Kodak was founded in Rochester, New York in 1884 and opened its far east liaison office in Shanghai in 1927. The company is committed to a digitally orientated growth strategy and now has over 1,700 employees across China. We talk to Edward Zhou, Kodak’s Treasurer for the Greater Asia Region, about liquidity management, how the company is managing its foreign exchange exposure and recent regulatory developments.
Treasurer, Greater Asia Region
Edward Zhou has served for various treasury positions in Kodak over the past eight years and has accumulated rich experience in cash management, corporate finance, e-banking and financial risk management. He is responsible for all treasury activities of Kodak subsidiaries in the region. Before joining Kodak in 2000, Mr Zhou worked in the corporate banking department of an international bank. He is a CFA charter holder.
Can we begin with an overview of Kodak’s operations in China?
Kodak has invested over $1.4 billion into China, and has established manufacturing bases, a product and development centre and a regional head-office in China.

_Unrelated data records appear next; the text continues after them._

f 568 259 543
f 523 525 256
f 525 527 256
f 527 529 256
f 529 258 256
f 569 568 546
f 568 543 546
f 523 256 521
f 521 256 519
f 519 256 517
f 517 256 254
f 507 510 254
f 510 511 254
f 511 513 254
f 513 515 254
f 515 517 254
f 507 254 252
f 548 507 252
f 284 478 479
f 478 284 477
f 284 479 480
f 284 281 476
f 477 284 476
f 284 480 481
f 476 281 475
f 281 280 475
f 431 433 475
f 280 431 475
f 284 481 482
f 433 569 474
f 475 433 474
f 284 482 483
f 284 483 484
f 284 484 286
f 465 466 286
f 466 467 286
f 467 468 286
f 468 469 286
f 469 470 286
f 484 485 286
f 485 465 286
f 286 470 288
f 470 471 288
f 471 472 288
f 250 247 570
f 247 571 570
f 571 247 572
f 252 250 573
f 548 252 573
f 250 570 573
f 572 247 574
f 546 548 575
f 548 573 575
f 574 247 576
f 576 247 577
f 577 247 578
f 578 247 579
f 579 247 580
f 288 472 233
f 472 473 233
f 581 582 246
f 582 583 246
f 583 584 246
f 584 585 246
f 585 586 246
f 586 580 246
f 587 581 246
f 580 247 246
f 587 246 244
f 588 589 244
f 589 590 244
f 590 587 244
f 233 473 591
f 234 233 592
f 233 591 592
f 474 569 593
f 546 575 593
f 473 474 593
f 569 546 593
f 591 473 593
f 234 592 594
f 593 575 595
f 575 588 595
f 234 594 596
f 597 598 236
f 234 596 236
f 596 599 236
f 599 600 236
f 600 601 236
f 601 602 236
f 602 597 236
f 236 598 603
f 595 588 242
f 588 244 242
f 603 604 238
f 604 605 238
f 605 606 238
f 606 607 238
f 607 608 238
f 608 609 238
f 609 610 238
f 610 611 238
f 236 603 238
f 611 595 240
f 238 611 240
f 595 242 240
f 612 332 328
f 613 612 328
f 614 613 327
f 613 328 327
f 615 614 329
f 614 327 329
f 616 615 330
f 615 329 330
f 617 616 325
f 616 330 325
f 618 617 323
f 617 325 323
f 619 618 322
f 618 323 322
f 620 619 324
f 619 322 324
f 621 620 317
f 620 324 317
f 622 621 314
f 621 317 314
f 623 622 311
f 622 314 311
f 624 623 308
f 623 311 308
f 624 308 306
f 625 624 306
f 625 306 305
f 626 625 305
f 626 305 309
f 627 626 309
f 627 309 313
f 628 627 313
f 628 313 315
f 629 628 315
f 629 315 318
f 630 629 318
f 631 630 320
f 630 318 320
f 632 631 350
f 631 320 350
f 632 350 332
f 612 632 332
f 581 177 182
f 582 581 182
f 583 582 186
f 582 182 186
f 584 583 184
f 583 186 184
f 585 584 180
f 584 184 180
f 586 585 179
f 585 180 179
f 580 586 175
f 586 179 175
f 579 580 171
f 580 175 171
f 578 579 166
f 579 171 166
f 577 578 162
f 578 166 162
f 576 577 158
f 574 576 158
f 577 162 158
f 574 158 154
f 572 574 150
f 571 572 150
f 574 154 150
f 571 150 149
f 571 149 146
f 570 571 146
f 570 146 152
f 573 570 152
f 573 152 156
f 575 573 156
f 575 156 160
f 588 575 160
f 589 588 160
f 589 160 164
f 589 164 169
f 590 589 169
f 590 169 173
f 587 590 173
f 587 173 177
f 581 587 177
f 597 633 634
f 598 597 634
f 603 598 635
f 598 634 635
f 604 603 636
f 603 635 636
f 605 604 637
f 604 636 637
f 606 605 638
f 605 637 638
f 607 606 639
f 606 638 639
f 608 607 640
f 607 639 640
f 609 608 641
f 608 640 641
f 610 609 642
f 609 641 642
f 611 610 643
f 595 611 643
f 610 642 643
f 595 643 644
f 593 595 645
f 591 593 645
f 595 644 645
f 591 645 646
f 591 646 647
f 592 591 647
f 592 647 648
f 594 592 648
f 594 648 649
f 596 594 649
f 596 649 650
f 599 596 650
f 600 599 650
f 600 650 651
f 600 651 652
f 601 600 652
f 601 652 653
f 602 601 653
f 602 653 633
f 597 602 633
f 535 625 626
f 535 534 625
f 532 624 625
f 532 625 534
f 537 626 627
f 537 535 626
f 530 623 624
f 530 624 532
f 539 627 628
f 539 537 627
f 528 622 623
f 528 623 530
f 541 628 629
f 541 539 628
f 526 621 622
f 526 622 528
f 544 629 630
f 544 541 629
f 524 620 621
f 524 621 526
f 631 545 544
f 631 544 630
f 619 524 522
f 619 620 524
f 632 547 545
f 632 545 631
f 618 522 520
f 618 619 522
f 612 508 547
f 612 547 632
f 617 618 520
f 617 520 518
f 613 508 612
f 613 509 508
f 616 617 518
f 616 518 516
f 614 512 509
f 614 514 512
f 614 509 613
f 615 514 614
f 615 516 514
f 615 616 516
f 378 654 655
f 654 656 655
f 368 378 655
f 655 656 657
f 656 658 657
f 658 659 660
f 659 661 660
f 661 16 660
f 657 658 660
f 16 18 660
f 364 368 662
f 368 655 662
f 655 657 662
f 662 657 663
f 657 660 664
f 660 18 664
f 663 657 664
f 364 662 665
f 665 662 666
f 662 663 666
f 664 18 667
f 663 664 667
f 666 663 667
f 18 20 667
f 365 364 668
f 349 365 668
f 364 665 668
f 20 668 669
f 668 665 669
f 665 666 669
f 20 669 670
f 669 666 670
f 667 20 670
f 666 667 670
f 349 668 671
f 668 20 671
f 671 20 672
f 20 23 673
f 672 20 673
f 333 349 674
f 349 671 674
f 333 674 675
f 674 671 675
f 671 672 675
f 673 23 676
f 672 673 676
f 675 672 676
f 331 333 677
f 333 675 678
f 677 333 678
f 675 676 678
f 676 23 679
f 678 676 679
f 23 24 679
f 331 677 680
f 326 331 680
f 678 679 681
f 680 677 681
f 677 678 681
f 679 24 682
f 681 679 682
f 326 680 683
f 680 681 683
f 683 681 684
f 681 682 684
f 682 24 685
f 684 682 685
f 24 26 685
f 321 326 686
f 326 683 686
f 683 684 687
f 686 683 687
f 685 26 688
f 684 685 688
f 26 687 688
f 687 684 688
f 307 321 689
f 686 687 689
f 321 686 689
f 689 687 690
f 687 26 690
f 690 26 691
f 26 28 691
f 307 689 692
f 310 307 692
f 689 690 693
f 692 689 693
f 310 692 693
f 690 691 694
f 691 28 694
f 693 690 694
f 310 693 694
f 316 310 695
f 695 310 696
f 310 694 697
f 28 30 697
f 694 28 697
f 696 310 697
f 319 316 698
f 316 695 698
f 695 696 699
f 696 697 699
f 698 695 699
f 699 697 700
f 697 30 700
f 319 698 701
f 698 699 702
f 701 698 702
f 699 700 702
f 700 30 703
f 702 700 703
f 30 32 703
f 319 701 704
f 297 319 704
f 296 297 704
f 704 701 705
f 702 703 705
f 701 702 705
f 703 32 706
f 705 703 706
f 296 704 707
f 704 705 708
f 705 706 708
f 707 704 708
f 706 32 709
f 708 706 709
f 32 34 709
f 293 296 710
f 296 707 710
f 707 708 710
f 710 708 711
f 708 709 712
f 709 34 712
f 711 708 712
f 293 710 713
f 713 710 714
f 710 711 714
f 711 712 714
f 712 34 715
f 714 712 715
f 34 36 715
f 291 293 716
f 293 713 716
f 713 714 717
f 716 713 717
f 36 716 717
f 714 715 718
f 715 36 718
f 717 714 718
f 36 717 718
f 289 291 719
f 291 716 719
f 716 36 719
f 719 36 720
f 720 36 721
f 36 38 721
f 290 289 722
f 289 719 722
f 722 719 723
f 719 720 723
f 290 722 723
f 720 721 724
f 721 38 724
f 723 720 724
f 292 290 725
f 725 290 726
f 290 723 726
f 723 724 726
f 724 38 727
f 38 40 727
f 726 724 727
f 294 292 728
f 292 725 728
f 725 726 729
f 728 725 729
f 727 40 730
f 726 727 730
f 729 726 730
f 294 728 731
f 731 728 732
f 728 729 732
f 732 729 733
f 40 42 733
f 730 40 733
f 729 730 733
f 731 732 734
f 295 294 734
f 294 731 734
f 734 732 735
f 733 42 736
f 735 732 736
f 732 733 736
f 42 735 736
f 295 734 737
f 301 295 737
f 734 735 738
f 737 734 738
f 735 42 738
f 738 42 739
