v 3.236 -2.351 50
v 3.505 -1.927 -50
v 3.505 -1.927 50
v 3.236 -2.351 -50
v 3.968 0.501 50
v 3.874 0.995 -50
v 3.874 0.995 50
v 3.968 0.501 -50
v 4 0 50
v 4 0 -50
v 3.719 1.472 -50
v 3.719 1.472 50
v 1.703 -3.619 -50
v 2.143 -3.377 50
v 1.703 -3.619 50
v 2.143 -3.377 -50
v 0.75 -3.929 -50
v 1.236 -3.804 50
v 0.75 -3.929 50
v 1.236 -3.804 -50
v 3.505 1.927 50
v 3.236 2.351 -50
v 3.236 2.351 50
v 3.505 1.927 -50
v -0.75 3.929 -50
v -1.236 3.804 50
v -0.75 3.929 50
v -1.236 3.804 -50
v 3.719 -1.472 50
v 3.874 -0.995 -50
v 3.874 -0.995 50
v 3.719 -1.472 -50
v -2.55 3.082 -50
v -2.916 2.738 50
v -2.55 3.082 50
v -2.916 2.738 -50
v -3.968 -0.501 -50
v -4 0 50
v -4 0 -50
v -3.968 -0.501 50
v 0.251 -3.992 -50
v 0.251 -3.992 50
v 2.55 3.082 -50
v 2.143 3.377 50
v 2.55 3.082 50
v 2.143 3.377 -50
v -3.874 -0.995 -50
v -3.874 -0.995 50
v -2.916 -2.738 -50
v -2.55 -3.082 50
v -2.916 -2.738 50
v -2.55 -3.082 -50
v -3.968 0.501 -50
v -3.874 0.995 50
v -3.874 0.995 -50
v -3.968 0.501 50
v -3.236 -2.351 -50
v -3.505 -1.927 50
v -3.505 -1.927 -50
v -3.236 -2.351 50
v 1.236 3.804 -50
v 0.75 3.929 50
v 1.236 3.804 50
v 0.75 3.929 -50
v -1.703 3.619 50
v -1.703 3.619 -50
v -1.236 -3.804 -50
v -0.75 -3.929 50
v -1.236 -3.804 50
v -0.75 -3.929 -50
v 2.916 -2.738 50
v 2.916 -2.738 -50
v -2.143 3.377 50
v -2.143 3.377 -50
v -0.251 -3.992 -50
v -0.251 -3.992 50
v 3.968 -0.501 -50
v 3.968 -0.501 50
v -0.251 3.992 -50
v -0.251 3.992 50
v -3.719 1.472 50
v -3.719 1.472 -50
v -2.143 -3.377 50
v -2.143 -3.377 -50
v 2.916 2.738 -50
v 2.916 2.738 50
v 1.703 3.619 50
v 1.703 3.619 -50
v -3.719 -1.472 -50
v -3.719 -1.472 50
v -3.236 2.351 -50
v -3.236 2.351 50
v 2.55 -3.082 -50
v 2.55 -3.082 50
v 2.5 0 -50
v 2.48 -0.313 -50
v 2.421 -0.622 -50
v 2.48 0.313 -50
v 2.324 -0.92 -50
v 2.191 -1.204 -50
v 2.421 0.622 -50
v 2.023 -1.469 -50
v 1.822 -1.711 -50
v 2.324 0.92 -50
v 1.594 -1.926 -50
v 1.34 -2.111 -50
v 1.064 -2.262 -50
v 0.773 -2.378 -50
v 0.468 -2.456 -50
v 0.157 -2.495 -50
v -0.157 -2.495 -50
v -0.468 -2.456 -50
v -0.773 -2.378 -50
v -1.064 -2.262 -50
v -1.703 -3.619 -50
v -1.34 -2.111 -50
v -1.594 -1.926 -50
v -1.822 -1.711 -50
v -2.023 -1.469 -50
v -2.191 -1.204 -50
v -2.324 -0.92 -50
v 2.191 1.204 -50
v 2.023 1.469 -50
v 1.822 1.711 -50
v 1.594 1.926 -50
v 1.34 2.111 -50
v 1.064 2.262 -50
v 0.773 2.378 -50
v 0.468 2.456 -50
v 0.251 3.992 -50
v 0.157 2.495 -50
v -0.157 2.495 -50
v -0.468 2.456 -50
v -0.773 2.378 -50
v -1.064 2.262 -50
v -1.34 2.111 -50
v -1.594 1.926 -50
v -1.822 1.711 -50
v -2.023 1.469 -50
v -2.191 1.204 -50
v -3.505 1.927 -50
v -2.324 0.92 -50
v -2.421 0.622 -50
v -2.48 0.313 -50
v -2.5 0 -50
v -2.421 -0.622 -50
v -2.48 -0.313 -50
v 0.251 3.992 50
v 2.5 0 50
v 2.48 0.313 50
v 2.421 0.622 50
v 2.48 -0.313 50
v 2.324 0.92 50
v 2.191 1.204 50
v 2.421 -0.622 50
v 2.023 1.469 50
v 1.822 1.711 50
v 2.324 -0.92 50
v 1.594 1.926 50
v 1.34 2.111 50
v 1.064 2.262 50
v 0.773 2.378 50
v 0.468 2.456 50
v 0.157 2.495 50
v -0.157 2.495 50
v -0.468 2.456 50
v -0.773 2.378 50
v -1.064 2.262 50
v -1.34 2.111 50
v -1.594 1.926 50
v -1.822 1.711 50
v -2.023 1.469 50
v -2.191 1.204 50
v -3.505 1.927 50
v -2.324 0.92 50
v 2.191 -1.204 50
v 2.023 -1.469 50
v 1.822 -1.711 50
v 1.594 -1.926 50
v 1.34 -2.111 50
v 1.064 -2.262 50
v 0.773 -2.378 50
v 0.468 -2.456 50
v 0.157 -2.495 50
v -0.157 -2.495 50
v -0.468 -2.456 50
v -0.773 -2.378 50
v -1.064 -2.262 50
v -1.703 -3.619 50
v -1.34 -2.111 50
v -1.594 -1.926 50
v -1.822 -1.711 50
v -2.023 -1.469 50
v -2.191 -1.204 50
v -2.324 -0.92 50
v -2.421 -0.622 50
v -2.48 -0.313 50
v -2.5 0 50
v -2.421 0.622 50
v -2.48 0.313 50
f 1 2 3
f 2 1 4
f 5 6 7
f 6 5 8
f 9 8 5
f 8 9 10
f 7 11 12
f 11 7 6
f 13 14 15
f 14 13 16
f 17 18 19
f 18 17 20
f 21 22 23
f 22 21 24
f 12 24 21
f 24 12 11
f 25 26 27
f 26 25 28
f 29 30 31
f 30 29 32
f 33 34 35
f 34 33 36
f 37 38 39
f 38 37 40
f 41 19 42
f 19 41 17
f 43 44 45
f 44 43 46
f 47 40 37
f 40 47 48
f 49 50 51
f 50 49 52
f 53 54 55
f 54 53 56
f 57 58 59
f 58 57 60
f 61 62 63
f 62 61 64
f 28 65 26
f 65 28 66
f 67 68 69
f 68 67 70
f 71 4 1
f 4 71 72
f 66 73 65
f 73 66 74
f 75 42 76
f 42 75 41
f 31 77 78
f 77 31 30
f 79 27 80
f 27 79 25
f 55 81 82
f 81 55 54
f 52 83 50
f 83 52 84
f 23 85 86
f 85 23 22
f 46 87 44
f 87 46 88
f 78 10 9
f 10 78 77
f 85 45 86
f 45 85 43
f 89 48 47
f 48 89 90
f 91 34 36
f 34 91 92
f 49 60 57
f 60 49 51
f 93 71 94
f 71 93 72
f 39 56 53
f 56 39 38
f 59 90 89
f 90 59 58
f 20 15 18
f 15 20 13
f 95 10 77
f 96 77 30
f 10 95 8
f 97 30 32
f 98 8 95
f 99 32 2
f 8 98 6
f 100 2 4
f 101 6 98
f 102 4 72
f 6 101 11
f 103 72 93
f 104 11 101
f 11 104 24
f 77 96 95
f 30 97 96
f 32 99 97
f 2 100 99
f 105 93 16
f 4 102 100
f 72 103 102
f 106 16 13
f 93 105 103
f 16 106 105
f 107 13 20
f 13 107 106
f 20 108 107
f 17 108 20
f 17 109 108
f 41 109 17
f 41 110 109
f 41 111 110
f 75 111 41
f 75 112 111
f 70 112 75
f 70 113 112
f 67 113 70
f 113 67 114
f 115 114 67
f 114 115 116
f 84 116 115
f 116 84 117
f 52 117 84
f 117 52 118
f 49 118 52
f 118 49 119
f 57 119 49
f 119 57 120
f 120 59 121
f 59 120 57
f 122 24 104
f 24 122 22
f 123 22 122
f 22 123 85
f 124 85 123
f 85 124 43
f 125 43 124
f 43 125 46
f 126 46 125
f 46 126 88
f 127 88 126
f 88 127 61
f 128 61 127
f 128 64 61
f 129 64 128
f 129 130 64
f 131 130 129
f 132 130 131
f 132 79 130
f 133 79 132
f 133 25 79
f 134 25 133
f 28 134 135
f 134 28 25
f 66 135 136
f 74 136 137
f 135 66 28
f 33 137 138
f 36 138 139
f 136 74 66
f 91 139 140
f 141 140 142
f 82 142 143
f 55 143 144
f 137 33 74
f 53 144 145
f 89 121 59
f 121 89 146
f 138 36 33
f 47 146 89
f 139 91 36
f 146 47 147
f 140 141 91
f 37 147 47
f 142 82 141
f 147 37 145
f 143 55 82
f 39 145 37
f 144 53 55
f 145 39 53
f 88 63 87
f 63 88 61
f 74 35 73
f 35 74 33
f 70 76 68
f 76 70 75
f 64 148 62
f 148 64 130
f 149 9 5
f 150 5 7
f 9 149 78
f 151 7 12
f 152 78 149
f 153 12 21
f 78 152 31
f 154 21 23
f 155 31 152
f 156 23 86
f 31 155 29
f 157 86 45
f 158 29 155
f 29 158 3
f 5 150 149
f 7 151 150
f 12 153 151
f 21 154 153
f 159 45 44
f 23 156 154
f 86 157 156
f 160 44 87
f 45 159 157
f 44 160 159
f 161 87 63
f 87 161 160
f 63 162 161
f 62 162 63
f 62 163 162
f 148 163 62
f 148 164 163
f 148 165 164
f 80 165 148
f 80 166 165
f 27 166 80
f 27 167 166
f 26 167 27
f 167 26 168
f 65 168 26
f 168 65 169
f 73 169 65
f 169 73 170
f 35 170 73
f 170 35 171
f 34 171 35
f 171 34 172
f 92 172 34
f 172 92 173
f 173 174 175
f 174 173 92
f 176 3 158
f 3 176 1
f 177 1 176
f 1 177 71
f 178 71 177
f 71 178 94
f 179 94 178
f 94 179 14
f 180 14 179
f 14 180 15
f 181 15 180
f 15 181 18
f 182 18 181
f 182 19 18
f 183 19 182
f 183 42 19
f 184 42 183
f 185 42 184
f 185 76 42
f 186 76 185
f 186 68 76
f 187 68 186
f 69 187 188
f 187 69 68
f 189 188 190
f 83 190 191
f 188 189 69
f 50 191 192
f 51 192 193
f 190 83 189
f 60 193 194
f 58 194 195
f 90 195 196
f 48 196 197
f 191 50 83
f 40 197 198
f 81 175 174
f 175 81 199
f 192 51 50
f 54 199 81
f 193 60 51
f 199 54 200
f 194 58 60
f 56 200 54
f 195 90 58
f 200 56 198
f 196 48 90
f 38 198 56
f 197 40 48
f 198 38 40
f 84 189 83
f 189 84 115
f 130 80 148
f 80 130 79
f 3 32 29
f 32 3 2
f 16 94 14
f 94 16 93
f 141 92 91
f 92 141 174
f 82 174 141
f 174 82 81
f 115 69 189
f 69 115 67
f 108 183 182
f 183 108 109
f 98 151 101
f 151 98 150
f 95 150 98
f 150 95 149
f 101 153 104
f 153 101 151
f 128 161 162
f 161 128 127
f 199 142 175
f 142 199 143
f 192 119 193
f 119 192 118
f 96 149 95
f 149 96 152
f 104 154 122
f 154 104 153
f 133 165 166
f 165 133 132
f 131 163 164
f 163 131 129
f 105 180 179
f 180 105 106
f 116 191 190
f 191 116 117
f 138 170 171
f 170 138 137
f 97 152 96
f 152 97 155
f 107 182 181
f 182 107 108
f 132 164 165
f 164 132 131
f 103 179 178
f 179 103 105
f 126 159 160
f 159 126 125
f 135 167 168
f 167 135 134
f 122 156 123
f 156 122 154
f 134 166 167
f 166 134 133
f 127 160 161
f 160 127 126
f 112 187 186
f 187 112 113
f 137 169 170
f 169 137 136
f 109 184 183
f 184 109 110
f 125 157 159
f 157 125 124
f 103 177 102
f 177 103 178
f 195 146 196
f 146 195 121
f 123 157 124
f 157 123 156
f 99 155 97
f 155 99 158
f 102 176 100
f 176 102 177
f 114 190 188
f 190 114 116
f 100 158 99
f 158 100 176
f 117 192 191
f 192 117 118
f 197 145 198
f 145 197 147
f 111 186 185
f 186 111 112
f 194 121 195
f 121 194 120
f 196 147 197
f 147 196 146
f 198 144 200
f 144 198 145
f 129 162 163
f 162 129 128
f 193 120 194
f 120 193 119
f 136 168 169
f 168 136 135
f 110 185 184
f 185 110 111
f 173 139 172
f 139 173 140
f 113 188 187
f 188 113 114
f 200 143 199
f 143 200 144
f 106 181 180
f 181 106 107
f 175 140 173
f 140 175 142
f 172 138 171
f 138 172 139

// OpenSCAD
$fn = 50;


difference() {
	union() {
		translate(v = [0, 0, -50.0000000000]) {
			cylinder(h = 100, r = 4.0000000000);
		}
	}
	union() {
		translate(v = [0, 0, -100.0000000000]) {
			cylinder(h = 200, r = 2.5000000000);
		}
	}
}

All of Kodak’s business units, Consumer Digital Imaging Group, Graphic Communications Group, and Film, Photofinishing and Entertainment Group, have a substantial presence in China. Kodak in China is an investor, a manufacturer, a developer, a retail partner, a brand and market leader, an exporter and a model citizen.
What can you tell us about your role and the structure of the treasury?

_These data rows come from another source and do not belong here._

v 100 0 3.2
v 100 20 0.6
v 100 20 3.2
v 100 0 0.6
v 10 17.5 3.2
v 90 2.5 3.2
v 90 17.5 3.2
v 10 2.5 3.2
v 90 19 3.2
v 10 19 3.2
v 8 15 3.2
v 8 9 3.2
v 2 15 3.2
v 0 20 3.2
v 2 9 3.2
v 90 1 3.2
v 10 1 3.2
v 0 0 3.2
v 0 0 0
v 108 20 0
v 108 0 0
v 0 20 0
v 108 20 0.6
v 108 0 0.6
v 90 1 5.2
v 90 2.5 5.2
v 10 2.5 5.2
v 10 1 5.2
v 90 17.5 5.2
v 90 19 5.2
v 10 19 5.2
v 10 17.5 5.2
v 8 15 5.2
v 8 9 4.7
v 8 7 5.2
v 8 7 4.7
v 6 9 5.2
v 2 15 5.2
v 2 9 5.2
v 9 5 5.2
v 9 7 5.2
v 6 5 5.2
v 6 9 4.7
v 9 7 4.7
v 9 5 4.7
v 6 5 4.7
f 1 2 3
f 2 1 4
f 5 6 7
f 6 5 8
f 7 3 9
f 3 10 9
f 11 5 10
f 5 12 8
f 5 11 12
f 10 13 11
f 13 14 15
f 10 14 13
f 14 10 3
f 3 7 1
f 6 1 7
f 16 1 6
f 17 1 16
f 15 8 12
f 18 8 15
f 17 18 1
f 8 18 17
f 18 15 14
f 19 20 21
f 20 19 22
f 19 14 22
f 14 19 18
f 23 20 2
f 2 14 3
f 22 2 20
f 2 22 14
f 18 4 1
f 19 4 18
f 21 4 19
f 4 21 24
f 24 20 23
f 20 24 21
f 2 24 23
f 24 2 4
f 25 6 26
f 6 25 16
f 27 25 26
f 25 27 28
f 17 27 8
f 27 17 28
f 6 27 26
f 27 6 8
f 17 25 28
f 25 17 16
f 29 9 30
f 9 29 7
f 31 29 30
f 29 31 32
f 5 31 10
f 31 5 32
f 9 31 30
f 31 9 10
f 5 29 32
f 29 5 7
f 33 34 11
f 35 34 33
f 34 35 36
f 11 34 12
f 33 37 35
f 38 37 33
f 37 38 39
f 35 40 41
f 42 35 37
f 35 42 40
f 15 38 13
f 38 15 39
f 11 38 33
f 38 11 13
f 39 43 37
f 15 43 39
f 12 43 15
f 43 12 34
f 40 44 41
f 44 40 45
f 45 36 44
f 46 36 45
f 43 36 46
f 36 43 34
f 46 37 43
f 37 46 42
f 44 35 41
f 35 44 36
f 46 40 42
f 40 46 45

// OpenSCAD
// Bag clip living hinge, PETG, 0.4 nozzle, no supports.
// Two halves contacting at hinge, open flat print pose.
// Fold: rotate upper 180 about [108,10,5.2] -Y. F(x)=216-x, F(z)=10.4-z.

part = "arm_lower"; // [arm_lower, arm_upper, assembly]
cadverify_only = "";

module instance(name, part, unit = 1) {
    echo(cadverify_instance = [name, part, unit]);
    if (cadverify_only == "" || cadverify_only == name) children();
}

module arm_lower() {
    cube([100, 20, 3.2], false);
    translate([99.9, 0, 0]) cube([8.1, 20, 0.6], false);
    translate([10, 1, 3.1]) cube([80, 1.5, 2.1], false);
    translate([10, 17.5, 3.1]) cube([80, 1.5, 2.1], false);
    // stop tower (central)
    translate([2, 9, 3.1]) cube([6, 6, 2.1], false);
    // lower hook base region uses body; hook lip + bridge
    translate([6, 5, 4.7]) cube([3, 2, 0.5], false);
    translate([6, 6.9, 4.7]) cube([2, 2.2, 0.5], false);
}

module arm_upper() {
    cube([8.2, 20, 0.6], false);
    translate([7.9, 0, 0]) cube([100.1, 20, 3.2], false);
    // stop tower (central) local x 102-106 -> folded 2-6
    translate([102, 9, 3.1]) cube([4, 6, 2.1], false);
    // upper hook post (Y 13-15) tall
    translate([102, 13, 3.1]) cube([4, 2, 3.3], false);
    // Y bridge 7-13
    translate([99, 6.9, 5.8]) cube([3.1, 6.2, 0.6], false);
    // upper hook lip (Y 5-7)
    translate([99, 5, 5.8]) cube([3.1, 2, 0.6], false);
    // thumb tab
    translate([107.9, 6, 0]) cube([8.1, 8, 3.2], false);
}

if (part == "arm_lower") {
    echo(cadverify_spec = [
        ["bounds", [[0, 0, 0], [108.1, 20, 5.2]]],
        ["bodies", 1],
        ["through_holes", 0],
        ["support_faces", [["bed", "-z", 1500]]],
        ["overhangs_allowed", [["latch lip", [[5.5, 4.5, 4.5], [9.5, 9.5, 5.5]]]]],
        ["copies", 1],
        ["details", [
            ["arm", "material", [[30, 10, 1.2], [70, 12, 2.0]], 1],
            ["arm_wall", "thickness", [50, 10, 10], [0, 0, -1], 3.2],
            ["hinge", "thickness", [104, 10, 5], [0, 0, -1], 0.6],
            ["rib", "material", [[30, 1.3, 3.8], [70, 2.2, 4.8]], 1],
            ["rib2", "material", [[30, 17.8, 3.8], [70, 18.7, 4.8]], 1],
            ["latch_tower", "material", [[3, 10, 3.8], [7, 14, 5.0]], 1],
            ["latch_lip", "material", [[6.5, 5.5, 4.8], [8.5, 6.5, 5.1]], 1],
            ["bag_slot", "void", [[30, 4, 3.8], [70, 16, 5.0]], 1]
        ]]
    ]);
    arm_lower();
} else if (part == "arm_upper") {
    echo(cadverify_spec = [
        ["bounds", [[0, 0, 0], [116, 20, 6.4]]],
        ["bodies", 1],
        ["through_holes", 0],
        ["support_faces", [["bed", "-z", 1500]]],
        ["overhangs_allowed", [["latch lip", [[98.5, 4.5, 5.6], [102.5, 13.5, 6.6]]]]],
        ["copies", 1],
        ["details", [
            ["arm", "material", [[30, 10, 1.2], [70, 12, 2.0]], 1],
            ["arm_wall", "thickness", [50, 10, 10], [0, 0, -1], 3.2],
            ["hinge", "thickness", [4, 10, 5], [0, 0, -1], 0.6],
            ["latch_tower", "material", [[102.5, 10, 3.8], [105.5, 14, 5.0]], 1],
            ["latch_lip", "material", [[99.5, 5.5, 5.9], [101.5, 6.5, 6.3]], 0.99],
            ["thumb_tab", "material", [[109, 7, 1.2], [114, 13, 2.0]], 0.99],
            ["field", "void", [[30, 4, 3.8], [70, 16, 5.0]], 1]
        ]]
    ]);
    arm_upper();
} else if (part == "assembly") {
    echo(cadverify_spec = [
        ["bounds", [[0, 0, 0], [224.0, 20, 6.4]]],
        ["support_faces", [["bed", "-z", 3000]]],
        ["motions", [
            ["close", ["upper"], "rotate", [108, 10, 5.2], [0, -1, 0], [0, 180],
                ["stops", [180]]
            ]
        ]],
        ["assembly_order", [
            [["lower"], [0, 0, 0]],
            [["upper"], [0, 0, -1]]
        ]]
    ]);
    instance("lower", "arm_lower") arm_lower();
    instance("upper", "arm_upper") translate([108, 0, 0]) arm_upper();
}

I am Treasurer of the Greater Asia Region and deal with all aspects of treasury from cash management and corporate finance to risk management for all Kodak subsidiaries in this region.
The treasury organisation at Kodak in the region is quite lean. We have a centralised treasury team in Shanghai and have limited other teams in select locations throughout the region.
Could we talk about your approach to managing liquidity?
Cash management is very different in China because the regulations and finance structures available do not really resemble those of developed markets. Solutions are limited.
Over the past two or three years, companies have become particularly interested in providing inter-company liquidity management by sourcing surplus cash from one entity and moving it to an entity in deficit. In China this must be routed through a bank as intercompany direct loans are prohibited. This means that one group entity cannot lend directly to another group entity but funds can be advanced through an entrusted loan structure.
Kodak has been using these entrust loan based structures since 2001 to manage inter-company liquidity and we still find them very helpful and valuable tools, especially as we can then utilise the extra cash to finance new investments in China.
Are there any regulatory developments that treasurers in China are particularly hoping for?
The wish list is quite long, ranging from onshore cash management to joining global cash liquidity management. Fortunately, we have experienced releases in regulations over the past years and are looking forward to more to come in the future.
Is Kodak involved in lobbying the authorities at all with this wish list?
We have maintained quite a good relationship with the authorities. Actually, Kodak was invited to provide input during the preparation period of the Pudong Nine Measures, a pilot programme introduced in 2004 to relax foreign currency restrictions.
How have exchange rate concerns impacted on Kodak?
We have a big operation in China, serving both domestic and overseas markets, which are exposed to FX risk. It is one of treasury’s major responsibilities to keep the FX risk of the company within a reasonable range, for which we work with both foreign and domestic banks.
What sort of products can the foreign banks provide that the local banks can’t?
A good example would be e-banking. Although some local bank networks are very extensive in certain areas, offshore it is not really strong enough for our requirements, so we utilise foreign banks’ e-banking systems to integrate country level systems with regional and global platforms.
Turning to a broader theme, what impact are treasurers in China feeling from the credit crunch?
I would say that the credit crunch has been having a substantial impact on treasury, or treasurers, in China. The big companies can still get liquidity support from banks. The cost of funding has increased quite substantially though, whether for local currency or foreign currencies, but more so for foreign currencies.
Foreign currency liquidity is extremely tight onshore in China recently. This has impacted company finance, direct financing, and the whole supply chain – upstream and downstream. This is an important area of focus for treasurers, including myself, as we work with upstream suppliers and key dealers by looking into channel financing solutions.
Do you have any such solutions in place at the moment?
We are studying various options, one of which is leasing. We sell various products in China, including a wide range of equipment from commercial graphics equipment to retail equipment. The target is to provide financial support to customers by leasing the equipment out to them on demand, to help their cash flow and balance sheet.